La custodia es como los franciscanos llaman a la provincia de esta orden en tierras bíblicas, una presencia que se remonta al s.XIII, con el mismo san Francisco de Asís. Hoy en día, una de las principales labores de estos frailes es dar cobertura social y laboral a los cristianos. «Las peregrinaciones les ayudan, pues trabajan en las hospederías, en las tiendas, por ejemplo», afirma el vicecomisario para Tierra Santa. Eso, este año, se ha parado al detenerse el flujo de peregrinaciones internacionales: por tanto, una vía menos de ingresos y supervivencia para los pocos cristianos que allí aún quedan.  Directamente, son 1.200 empleados árabes cristianos los que tiene la custodia de Tierra Santa, a lo que habría que sumar los beneficiados indirectamente.

Aunque las peregrinaciones internacionales se hayan detenido, las comunidades de franciscanos siguen en sus lugares habituales, como el Santo Sepulcro, donde mantienen el culto y la liturgia, y donde algunos turistas, la mayoría israelíes, aprovechan para acercarse y visitar.
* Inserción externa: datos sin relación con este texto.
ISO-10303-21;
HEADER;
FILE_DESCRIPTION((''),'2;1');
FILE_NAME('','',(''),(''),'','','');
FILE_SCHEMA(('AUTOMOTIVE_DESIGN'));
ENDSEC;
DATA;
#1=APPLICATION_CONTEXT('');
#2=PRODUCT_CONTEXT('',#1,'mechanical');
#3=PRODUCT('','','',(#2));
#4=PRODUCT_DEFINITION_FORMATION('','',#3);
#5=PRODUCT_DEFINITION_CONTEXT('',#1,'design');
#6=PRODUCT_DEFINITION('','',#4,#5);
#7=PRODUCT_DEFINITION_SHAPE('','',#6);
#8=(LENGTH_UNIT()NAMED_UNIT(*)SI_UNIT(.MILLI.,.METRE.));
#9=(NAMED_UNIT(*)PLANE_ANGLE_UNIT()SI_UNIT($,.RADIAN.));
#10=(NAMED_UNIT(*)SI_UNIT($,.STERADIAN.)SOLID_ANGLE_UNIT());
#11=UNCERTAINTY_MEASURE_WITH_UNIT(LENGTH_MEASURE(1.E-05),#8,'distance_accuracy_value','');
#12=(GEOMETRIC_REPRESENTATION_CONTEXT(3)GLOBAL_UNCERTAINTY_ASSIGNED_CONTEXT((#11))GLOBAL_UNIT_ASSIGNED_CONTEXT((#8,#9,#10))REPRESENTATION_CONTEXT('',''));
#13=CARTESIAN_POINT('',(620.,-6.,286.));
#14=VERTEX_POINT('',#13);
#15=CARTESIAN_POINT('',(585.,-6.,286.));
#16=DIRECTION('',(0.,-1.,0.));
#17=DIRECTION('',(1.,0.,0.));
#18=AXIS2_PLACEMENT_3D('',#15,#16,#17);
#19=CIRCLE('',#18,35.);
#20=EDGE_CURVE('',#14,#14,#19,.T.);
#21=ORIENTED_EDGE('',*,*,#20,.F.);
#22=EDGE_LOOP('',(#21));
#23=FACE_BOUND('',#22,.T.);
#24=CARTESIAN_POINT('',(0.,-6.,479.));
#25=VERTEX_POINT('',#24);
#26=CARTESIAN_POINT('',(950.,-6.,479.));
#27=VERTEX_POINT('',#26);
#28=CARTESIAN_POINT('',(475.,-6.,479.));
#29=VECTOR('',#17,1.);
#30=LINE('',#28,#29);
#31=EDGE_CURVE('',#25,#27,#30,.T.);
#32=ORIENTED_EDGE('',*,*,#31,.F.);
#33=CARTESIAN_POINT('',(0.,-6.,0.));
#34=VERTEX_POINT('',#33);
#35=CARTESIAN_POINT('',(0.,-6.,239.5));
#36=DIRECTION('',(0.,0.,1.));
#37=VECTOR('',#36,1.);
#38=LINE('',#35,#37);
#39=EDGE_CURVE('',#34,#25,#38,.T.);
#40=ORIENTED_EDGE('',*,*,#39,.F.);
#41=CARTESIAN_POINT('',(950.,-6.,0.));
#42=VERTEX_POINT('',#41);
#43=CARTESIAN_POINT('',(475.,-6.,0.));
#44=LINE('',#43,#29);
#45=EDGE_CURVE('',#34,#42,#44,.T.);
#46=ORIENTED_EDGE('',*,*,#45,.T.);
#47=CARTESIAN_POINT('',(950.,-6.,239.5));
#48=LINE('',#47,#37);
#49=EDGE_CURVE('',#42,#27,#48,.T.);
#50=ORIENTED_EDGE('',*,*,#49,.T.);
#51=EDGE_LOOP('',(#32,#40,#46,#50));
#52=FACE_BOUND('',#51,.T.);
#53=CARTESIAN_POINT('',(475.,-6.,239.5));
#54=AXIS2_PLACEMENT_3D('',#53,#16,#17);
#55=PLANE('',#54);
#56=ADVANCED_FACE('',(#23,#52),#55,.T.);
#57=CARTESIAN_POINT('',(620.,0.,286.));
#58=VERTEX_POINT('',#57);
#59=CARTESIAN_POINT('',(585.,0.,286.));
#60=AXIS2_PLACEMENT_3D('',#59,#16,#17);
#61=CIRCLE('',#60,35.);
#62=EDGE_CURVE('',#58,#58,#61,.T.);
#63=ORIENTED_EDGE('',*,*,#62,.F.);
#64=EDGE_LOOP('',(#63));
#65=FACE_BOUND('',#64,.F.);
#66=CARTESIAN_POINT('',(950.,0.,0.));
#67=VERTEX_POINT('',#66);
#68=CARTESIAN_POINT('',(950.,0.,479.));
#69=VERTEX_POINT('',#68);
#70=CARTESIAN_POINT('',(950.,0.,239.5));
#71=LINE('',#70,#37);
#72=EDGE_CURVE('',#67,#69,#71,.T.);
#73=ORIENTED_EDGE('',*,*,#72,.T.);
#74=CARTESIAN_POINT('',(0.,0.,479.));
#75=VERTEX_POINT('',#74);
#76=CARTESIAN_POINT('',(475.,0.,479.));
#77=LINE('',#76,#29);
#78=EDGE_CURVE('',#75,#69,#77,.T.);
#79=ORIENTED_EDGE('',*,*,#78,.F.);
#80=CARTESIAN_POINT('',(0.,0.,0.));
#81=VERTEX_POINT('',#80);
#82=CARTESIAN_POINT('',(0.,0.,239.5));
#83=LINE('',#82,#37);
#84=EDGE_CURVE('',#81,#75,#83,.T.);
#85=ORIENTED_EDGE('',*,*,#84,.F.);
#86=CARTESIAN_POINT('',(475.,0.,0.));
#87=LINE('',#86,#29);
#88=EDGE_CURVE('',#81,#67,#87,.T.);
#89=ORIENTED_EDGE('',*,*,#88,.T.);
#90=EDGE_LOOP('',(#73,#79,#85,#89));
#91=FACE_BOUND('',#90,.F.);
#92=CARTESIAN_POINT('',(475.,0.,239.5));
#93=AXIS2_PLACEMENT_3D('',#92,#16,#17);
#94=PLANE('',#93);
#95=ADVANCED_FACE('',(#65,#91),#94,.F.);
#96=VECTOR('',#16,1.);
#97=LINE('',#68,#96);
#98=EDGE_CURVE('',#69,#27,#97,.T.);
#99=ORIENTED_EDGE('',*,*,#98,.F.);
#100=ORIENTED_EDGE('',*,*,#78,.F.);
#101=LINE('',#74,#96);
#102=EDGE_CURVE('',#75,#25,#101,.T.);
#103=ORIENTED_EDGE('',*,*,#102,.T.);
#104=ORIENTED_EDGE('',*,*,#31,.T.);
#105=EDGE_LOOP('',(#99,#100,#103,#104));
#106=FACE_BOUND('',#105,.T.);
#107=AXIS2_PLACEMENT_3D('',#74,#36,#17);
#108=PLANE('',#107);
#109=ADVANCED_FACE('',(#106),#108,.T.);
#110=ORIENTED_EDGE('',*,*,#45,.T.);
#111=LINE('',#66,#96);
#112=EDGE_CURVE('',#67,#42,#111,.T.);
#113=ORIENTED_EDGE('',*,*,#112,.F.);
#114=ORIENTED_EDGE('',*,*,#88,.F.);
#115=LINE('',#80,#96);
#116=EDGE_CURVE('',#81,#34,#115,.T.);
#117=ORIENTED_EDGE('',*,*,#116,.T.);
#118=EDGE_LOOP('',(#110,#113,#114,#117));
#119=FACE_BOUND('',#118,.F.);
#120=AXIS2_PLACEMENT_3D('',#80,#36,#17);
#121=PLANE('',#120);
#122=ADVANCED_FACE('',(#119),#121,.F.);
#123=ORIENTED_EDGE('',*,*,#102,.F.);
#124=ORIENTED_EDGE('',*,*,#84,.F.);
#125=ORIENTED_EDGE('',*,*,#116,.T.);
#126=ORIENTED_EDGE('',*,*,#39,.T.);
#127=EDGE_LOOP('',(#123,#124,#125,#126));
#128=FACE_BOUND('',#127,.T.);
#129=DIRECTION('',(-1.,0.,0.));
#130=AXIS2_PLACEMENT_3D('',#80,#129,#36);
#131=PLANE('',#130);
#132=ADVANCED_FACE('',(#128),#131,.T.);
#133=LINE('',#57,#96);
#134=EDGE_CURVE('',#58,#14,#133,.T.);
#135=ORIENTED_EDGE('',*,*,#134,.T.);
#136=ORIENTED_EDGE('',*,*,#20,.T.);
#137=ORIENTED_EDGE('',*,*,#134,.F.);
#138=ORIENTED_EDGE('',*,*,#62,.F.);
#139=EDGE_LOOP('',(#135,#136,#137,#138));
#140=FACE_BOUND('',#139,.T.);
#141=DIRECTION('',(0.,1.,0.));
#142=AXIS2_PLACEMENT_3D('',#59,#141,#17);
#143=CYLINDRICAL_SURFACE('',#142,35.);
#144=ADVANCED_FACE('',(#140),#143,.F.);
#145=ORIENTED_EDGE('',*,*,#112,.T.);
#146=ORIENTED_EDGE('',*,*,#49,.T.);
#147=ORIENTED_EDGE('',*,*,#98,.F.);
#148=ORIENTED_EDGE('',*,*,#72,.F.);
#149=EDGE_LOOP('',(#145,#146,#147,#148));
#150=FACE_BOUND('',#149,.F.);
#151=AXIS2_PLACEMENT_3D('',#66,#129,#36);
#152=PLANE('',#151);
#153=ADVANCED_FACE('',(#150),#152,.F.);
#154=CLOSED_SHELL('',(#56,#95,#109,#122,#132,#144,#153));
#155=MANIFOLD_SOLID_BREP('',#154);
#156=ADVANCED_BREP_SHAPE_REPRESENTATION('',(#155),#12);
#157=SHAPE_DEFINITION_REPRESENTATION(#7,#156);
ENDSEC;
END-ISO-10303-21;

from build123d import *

# Parameters (mm, degrees)
F0_W     = 950
F0_H     = 479
F1_DEPTH = 6
F2_R     = 35
F3_DEPTH = 6


with BuildPart() as f1:
    # F0 (on Front) → F1 (new body)
    with BuildSketch(Plane.XZ):
        with Locations((475, 239.5)):
            Rectangle(F0_W, F0_H)
    extrude(amount=F1_DEPTH)

    # F2 (on Front) → F3 (cut, through all)
    with BuildSketch(Plane.XZ):
        with Locations((585, 286)):
            Circle(F2_R)
    extrude(amount=F3_DEPTH, mode=Mode.SUBTRACT)


solid = f1.part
El difícil acceso a la formación para los cristianos

Una de las obras que más tiempo, recursos y esfuerzos consume es la educativa. Son miles de alumnos los que estudian en todos los niveles, desde jardín de infancia hasta la universidad, en centros franciscanos. Aproximadamente, el 60% de sus alumnos son cristianos, mientras que el resto pertenecen a otras confesiones. Esto es así debido a que, a menudo, los cristianos tienen dificultades de acceso a universidades judías, por ejemplo, debido a su credo. Aunque los colegios puedan ser de pago se otorgan muchas becas de estudio, lo que termina en generar un déficit que se cubre, en gran medida, por las colecta pro Tierra Santa.
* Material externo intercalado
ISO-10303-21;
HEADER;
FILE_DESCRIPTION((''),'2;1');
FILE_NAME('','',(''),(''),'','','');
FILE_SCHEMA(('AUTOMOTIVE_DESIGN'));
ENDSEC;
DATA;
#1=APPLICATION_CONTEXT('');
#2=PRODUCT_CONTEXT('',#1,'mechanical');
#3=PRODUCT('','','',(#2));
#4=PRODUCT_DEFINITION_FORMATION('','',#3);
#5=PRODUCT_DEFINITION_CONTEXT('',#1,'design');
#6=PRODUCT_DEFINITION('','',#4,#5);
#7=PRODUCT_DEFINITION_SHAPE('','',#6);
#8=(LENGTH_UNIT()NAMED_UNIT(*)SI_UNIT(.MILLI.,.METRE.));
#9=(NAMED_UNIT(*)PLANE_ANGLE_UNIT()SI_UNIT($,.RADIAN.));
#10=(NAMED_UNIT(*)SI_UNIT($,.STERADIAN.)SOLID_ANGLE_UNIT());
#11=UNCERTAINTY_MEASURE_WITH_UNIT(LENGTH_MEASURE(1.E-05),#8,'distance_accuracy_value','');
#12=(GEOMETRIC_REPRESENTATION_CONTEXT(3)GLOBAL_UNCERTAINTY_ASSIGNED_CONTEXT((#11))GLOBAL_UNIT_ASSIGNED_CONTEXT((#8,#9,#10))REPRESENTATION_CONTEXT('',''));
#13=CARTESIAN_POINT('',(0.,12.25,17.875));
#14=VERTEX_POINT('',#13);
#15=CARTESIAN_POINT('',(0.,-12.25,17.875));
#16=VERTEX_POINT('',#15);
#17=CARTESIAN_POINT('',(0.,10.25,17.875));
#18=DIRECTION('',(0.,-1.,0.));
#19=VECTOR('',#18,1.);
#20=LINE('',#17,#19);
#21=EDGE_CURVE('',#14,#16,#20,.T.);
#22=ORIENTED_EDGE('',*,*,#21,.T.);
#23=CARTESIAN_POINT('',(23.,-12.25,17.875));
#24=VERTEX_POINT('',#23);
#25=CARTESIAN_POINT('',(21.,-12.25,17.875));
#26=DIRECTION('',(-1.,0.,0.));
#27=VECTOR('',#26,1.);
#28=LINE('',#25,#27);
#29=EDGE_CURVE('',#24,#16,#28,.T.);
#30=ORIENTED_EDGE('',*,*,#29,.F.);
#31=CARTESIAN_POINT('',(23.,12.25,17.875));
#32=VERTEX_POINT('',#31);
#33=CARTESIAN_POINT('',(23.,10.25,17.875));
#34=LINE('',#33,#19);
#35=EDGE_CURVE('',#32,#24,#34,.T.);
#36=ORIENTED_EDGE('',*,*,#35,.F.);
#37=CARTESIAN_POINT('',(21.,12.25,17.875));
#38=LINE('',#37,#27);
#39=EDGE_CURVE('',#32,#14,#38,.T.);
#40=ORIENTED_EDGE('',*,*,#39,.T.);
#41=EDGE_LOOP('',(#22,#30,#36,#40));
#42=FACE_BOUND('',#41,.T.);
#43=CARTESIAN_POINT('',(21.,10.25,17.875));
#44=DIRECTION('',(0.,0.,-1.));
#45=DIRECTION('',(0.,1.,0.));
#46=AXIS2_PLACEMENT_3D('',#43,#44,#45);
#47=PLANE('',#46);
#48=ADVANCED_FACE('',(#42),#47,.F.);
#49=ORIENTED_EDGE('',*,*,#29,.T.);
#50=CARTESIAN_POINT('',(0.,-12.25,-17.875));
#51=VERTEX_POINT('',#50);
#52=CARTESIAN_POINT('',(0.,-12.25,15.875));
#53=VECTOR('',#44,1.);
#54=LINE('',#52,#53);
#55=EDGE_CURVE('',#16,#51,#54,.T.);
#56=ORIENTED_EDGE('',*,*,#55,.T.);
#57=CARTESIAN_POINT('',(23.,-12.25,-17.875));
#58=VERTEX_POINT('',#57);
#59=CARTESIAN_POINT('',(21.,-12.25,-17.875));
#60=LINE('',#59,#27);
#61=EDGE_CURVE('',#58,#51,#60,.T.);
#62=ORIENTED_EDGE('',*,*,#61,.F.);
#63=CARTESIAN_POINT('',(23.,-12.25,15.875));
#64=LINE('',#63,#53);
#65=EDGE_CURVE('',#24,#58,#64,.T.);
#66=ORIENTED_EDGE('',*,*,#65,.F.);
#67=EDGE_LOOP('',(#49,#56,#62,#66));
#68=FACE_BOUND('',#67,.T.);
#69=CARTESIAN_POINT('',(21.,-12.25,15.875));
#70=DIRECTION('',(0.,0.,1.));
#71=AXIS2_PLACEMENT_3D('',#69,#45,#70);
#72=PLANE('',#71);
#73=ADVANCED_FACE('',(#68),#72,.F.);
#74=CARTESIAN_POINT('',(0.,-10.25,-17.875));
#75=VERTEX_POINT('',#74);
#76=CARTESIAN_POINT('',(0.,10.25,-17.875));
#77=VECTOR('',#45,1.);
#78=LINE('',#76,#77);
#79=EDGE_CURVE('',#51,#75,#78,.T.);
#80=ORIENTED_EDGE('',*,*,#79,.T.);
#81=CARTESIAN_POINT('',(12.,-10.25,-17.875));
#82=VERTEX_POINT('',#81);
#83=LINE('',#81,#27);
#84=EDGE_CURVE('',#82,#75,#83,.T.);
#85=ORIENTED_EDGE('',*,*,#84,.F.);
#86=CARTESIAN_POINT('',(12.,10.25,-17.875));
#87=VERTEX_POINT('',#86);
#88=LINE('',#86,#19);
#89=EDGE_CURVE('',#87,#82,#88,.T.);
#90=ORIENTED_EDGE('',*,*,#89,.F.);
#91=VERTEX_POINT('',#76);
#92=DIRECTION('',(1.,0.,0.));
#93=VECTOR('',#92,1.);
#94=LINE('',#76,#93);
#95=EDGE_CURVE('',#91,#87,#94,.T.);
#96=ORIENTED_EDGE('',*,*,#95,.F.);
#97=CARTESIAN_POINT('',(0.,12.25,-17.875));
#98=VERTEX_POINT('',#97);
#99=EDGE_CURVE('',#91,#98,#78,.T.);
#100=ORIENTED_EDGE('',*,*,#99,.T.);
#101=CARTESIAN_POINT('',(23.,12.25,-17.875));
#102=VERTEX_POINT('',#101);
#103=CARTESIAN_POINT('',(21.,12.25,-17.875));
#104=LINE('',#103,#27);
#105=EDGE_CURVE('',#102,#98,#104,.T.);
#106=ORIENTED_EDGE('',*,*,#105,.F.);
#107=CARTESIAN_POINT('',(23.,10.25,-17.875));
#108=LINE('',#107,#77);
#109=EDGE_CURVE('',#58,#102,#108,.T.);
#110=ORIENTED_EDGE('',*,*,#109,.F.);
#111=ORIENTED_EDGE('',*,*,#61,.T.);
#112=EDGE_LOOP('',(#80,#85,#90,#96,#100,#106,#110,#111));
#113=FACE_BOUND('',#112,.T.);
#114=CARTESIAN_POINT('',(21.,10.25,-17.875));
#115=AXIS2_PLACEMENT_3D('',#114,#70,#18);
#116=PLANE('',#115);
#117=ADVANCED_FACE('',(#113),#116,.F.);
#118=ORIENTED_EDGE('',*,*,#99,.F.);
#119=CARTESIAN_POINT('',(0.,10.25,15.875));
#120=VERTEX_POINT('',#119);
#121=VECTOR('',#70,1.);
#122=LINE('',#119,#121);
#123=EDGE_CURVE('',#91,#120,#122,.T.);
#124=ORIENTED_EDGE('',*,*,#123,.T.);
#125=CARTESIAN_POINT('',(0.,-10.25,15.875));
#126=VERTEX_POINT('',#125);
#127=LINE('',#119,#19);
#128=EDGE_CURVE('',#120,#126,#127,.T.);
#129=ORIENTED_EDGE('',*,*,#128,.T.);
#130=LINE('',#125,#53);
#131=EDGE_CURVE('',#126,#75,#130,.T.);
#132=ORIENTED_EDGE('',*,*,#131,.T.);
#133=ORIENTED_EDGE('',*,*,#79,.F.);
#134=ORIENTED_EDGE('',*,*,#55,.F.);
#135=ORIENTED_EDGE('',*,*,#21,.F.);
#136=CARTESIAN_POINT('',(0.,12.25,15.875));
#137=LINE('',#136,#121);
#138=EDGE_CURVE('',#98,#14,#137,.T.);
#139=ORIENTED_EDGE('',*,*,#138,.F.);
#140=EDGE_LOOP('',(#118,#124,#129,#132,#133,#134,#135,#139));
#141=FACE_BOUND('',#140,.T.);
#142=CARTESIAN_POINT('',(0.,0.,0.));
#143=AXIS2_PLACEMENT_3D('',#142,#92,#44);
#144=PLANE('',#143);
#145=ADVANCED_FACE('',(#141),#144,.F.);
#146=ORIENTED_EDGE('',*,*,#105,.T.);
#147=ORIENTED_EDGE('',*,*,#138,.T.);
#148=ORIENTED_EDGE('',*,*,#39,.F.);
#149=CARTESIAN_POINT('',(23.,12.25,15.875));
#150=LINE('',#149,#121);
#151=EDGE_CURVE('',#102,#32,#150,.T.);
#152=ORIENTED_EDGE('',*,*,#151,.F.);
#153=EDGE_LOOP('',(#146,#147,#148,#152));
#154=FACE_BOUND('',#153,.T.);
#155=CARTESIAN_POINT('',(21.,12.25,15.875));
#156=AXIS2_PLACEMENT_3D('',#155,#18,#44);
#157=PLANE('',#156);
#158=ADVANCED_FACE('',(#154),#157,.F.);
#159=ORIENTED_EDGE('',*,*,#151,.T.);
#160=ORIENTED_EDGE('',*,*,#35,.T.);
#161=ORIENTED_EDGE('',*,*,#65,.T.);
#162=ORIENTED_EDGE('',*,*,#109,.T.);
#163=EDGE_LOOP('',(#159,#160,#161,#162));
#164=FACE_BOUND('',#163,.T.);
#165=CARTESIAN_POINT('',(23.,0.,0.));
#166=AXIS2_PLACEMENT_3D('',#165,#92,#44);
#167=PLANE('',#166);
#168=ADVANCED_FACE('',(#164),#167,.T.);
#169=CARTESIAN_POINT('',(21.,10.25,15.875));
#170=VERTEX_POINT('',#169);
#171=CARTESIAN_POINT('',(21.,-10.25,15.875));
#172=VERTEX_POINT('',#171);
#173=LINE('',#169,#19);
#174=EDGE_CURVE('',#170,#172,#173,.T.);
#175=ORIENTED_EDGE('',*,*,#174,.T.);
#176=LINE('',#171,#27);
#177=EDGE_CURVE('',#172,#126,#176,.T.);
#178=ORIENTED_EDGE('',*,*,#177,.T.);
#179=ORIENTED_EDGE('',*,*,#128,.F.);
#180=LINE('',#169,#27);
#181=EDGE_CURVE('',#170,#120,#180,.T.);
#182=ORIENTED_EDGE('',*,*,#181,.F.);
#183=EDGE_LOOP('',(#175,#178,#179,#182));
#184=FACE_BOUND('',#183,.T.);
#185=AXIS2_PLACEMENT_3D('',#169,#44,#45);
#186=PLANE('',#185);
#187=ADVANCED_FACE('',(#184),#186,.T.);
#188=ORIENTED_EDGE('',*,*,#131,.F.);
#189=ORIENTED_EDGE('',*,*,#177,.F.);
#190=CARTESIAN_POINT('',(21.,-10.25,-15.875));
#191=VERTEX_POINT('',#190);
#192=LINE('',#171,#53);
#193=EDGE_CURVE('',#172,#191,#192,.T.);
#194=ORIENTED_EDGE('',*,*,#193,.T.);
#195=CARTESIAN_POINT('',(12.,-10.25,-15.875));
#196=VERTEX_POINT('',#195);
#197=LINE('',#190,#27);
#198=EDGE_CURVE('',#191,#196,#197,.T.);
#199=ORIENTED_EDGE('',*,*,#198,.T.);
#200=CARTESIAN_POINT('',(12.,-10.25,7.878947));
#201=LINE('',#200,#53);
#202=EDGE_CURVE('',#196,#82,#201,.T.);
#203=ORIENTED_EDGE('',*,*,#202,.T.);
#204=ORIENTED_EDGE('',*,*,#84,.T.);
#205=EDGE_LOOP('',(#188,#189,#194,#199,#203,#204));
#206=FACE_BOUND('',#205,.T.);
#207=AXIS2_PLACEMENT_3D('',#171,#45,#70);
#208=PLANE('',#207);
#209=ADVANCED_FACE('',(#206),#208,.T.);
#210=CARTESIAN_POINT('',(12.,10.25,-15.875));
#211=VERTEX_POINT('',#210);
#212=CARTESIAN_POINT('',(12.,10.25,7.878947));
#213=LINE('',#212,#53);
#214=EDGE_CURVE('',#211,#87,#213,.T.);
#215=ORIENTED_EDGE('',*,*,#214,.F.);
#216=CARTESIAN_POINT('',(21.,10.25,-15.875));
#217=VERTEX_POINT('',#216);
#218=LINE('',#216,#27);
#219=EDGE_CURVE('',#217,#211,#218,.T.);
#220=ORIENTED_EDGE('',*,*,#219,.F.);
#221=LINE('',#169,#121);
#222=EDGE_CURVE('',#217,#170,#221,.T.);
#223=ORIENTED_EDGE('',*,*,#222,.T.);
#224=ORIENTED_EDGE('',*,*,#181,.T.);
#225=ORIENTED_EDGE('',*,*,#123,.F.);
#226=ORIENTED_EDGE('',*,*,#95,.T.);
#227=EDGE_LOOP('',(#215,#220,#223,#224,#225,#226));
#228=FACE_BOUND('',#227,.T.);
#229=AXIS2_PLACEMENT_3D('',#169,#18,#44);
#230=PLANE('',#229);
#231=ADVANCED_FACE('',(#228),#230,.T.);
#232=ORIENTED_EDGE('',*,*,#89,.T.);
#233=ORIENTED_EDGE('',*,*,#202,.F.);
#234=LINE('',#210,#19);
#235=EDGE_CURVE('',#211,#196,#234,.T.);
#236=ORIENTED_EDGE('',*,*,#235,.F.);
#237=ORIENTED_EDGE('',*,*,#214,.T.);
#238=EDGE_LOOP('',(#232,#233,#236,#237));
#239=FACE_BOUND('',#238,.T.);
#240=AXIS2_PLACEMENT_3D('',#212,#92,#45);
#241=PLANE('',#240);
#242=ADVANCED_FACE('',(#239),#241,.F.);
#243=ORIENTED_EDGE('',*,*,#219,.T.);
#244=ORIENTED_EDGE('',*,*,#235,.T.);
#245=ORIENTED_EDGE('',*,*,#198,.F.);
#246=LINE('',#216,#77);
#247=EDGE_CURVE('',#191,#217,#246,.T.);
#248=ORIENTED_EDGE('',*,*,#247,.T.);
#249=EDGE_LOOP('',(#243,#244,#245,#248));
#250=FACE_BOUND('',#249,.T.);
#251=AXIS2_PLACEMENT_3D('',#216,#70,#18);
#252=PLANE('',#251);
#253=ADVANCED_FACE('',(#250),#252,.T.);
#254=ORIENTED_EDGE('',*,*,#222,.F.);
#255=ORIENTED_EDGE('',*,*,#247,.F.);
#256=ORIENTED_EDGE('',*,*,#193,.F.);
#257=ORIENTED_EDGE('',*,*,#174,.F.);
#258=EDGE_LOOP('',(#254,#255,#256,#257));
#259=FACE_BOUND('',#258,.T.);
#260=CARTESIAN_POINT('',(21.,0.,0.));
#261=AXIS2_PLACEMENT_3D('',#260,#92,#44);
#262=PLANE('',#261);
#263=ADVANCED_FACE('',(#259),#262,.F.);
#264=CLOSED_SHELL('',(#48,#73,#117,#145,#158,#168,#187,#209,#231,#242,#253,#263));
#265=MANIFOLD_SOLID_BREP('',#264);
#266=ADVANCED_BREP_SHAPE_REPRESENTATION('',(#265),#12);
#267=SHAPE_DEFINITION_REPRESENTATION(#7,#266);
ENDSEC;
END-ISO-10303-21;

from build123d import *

# Parameters (mm, degrees)
SKETCH4_W           = 31.75
SKETCH4_H           = 20.5
BOSS_EXTRUDE1_DEPTH = 21
SHELL1_T            = 2
SKETCH5_W           = 12
SKETCH5_H           = 20.5
CUT_EXTRUDE1_DEPTH  = 2


with BuildPart() as part:
    # Sketch4 → Boss-Extrude1 (new body)
    with BuildSketch(Plane(origin=(0, 0, 0), x_dir=(0, 0, -1), z_dir=(1, 0, 0))):
        Rectangle(SKETCH4_W, SKETCH4_H)
    extrude(amount=BOSS_EXTRUDE1_DEPTH)

    # Shell1
    shell1_openings = [part.faces().sort_by_distance(p)[0] for p in [
        (0, 0, 0),
    ]]
    offset(amount=SHELL1_T, openings=shell1_openings, kind=Kind.INTERSECTION)

    # Sketch5 → Cut-Extrude1 (cut)
    with BuildSketch(Plane(origin=(0, 0, -17.875), x_dir=(-1, 0, 0), z_dir=(0, 0, -1))):
        with Locations((-6, 0)):
            Rectangle(SKETCH5_W, SKETCH5_H)
    extrude(amount=-CUT_EXTRUDE1_DEPTH, mode=Mode.SUBTRACT)


solid = part.part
La preocupación por la educación viene de lejos. En 1841, los franciscanos abrieron la primera escuela para niños, antes de que lo hicieran los judíos. En total, son 19.413 niñas y 18.012 niños los que se forman con franciscanos.

Colecta presencial y digital

Este 2020, los católicos de todo el mundo también están llamados a poner su grano de arena para que los cristianos de Tierra Santa puedan seguir con su labor. De lo destinado, en el 65% será administrado por la custodia franciscana, y el 35% por el patriarcado latino de Jerusalén, que también incluye varios países bíblicos.

El año pasado, las diócesis españolas recaudaron casi 1,5 millones de euros. La colecta se realizará durante las celebraciones eucarísticas de todas las iglesias el 13 de septiembre, pero también hay otras maneras. Incluso, explica Luis Quintana, se ha habilitado un Bizum, cuyo número es 00771 a nombre de «Comisaría Tierra Santa». Según el vicecomisario, la pandemia ha hecho que, en estos momentos, para muchos la situación sea «catastrófica».